**Assigned task**.
From the records below, copy out exactly the lines from the one containing "#44=VERTEX_POINT('',#43);" to the one containing "#65=CYLINDRICAL_SURFACE('',#58,27.85);", both included. Add nothing else.

**Exercise materials**.

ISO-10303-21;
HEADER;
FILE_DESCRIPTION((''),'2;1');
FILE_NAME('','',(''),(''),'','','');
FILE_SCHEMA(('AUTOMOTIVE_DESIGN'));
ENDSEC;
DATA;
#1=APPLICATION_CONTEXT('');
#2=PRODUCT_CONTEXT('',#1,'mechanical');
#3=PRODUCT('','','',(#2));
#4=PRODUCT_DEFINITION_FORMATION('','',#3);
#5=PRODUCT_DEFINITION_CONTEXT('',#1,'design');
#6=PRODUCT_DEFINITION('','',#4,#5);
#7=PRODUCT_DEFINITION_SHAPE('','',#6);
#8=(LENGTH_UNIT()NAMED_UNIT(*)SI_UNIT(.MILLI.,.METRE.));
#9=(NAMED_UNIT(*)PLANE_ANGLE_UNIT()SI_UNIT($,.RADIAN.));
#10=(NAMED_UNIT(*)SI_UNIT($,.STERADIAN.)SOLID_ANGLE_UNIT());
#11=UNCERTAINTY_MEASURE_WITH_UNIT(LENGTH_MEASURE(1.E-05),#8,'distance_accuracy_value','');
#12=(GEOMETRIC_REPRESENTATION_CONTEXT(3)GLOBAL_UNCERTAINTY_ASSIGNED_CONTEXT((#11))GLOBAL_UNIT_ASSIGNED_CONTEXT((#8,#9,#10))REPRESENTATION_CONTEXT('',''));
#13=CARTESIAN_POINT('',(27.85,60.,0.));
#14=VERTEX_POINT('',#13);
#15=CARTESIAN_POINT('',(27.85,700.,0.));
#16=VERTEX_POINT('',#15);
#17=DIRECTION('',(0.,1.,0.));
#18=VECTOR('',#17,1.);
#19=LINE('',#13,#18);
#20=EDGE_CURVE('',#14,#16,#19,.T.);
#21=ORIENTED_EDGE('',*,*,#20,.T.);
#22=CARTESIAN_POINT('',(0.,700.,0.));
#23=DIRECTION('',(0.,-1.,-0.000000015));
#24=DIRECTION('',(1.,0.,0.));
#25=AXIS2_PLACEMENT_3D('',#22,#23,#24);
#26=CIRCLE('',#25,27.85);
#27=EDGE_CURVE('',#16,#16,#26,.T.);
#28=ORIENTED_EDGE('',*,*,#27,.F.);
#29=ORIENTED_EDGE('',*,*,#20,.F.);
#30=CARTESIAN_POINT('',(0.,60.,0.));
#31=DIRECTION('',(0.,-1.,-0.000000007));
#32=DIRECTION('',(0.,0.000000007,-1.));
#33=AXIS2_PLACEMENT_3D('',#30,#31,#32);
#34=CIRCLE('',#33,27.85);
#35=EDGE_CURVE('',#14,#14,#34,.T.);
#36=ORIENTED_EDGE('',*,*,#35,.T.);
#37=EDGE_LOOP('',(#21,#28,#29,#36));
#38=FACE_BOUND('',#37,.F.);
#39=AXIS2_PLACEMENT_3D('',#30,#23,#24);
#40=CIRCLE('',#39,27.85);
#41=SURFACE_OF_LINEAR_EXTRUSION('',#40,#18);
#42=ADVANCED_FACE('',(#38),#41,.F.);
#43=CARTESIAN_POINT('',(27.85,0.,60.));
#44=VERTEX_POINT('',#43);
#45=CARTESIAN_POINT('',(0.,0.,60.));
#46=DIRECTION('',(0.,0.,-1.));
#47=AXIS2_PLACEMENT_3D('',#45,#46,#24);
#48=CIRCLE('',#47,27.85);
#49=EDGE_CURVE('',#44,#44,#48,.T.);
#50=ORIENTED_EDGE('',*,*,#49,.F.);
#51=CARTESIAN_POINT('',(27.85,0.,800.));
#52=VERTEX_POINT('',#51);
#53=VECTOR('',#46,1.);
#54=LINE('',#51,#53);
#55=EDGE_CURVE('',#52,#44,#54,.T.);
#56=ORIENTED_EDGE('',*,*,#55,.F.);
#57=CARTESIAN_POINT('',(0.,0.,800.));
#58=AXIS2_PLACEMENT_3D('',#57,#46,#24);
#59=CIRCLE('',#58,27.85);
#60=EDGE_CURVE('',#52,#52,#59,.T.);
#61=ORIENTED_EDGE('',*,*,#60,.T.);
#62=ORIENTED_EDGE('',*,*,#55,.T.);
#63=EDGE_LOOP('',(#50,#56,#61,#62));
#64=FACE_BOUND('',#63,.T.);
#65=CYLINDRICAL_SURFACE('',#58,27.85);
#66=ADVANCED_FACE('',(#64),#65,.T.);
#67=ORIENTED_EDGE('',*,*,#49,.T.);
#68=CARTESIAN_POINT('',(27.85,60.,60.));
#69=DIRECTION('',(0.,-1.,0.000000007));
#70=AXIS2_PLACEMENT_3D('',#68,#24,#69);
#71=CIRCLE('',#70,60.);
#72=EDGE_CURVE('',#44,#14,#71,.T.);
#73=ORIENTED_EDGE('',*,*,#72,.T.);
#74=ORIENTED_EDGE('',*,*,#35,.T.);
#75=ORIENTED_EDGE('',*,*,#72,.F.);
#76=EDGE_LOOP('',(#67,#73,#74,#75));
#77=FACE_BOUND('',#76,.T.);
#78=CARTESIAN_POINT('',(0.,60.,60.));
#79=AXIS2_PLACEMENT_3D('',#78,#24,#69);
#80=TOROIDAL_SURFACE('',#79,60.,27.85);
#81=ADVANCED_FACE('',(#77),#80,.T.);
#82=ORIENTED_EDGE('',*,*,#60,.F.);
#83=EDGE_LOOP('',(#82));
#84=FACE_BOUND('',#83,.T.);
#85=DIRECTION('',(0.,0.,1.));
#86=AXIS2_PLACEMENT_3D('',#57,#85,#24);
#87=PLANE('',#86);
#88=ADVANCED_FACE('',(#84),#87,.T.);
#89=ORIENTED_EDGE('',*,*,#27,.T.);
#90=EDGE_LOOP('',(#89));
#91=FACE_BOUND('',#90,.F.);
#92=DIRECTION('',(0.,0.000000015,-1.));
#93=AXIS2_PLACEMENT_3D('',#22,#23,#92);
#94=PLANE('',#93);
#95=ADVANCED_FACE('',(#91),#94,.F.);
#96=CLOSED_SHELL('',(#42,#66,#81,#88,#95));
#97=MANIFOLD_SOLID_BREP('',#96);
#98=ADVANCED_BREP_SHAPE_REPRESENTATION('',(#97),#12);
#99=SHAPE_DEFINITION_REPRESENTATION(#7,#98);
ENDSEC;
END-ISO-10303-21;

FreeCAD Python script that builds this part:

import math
import FreeCAD as App
import Part
import Sketcher
from FreeCAD import Vector
Q = App.Units.Quantity

doc = App.newDocument("Part")
body = doc.addObject("PartDesign::Body", "Body")

sketch1 = body.newObject("Sketcher::SketchObject", "Sketch")
sketch1.AttachmentSupport = (doc.getObject("XY_Plane"), [""])
sketch1.MapMode = "FlatFace"
sketch1.AttachmentOffset = App.Placement(Vector(0, 0, 800), App.Rotation())
sketch1.addGeometry(Part.Circle(Vector(0, 0, 0), Vector(0, 0, 1), 28), False)
sketch1.addConstraint([
    Sketcher.Constraint("Coincident", 0, 3, -1, 1),
    Sketcher.Constraint("Diameter", 0, Q("55.7 mm")),
])

sketch2 = body.newObject("Sketcher::SketchObject", "Sketch001")
sketch2.AttachmentSupport = (doc.getObject("YZ_Plane"), [""])
sketch2.MapMode = "FlatFace"
sketch2.addGeometry([
    Part.LineSegment(Vector(0, 800, 0), Vector(0, 60, 0)),
    Part.ArcOfCircle(Part.Circle(Vector(60, 60, 0), Vector(0, 0, 1), 60), math.radians(180), math.radians(270)),
    Part.LineSegment(Vector(60, 0, 0), Vector(700, 0, 0)),
], False)
sketch2.addConstraint([
    Sketcher.Constraint("Tangent", 0, 2, 1, 1),
    Sketcher.Constraint("Tangent", 1, 2, 2, 1),
    Sketcher.Constraint("Vertical", 0),
    Sketcher.Constraint("Horizontal", 2),
    Sketcher.Constraint("PointOnObject", 0, 1, -2),
    Sketcher.Constraint("PointOnObject", 1, 2, -1),
    Sketcher.Constraint("Radius", 1, Q("60 mm")),
    Sketcher.Constraint("DistanceX", 2, 1, 2, 2, Q("640 mm")),
    Sketcher.Constraint("DistanceY", 0, 2, 0, 1, Q("740 mm")),
])
doc.recompute()

additivepipe = body.newObject("PartDesign::AdditivePipe", "AdditivePipe")
additivepipe.Profile = sketch1
additivepipe.Spine = (sketch2, ["Edge1", "Edge2", "Edge3"])

doc.recompute()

**Expected output**.
#44=VERTEX_POINT('',#43);
#45=CARTESIAN_POINT('',(0.,0.,60.));
#46=DIRECTION('',(0.,0.,-1.));
#47=AXIS2_PLACEMENT_3D('',#45,#46,#24);
#48=CIRCLE('',#47,27.85);
#49=EDGE_CURVE('',#44,#44,#48,.T.);
#50=ORIENTED_EDGE('',*,*,#49,.F.);
#51=CARTESIAN_POINT('',(27.85,0.,800.));
#52=VERTEX_POINT('',#51);
#53=VECTOR('',#46,1.);
#54=LINE('',#51,#53);
#55=EDGE_CURVE('',#52,#44,#54,.T.);
#56=ORIENTED_EDGE('',*,*,#55,.F.);
#57=CARTESIAN_POINT('',(0.,0.,800.));
#58=AXIS2_PLACEMENT_3D('',#57,#46,#24);
#59=CIRCLE('',#58,27.85);
#60=EDGE_CURVE('',#52,#52,#59,.T.);
#61=ORIENTED_EDGE('',*,*,#60,.T.);
#62=ORIENTED_EDGE('',*,*,#55,.T.);
#63=EDGE_LOOP('',(#50,#56,#61,#62));
#64=FACE_BOUND('',#63,.T.);
#65=CYLINDRICAL_SURFACE('',#58,27.85);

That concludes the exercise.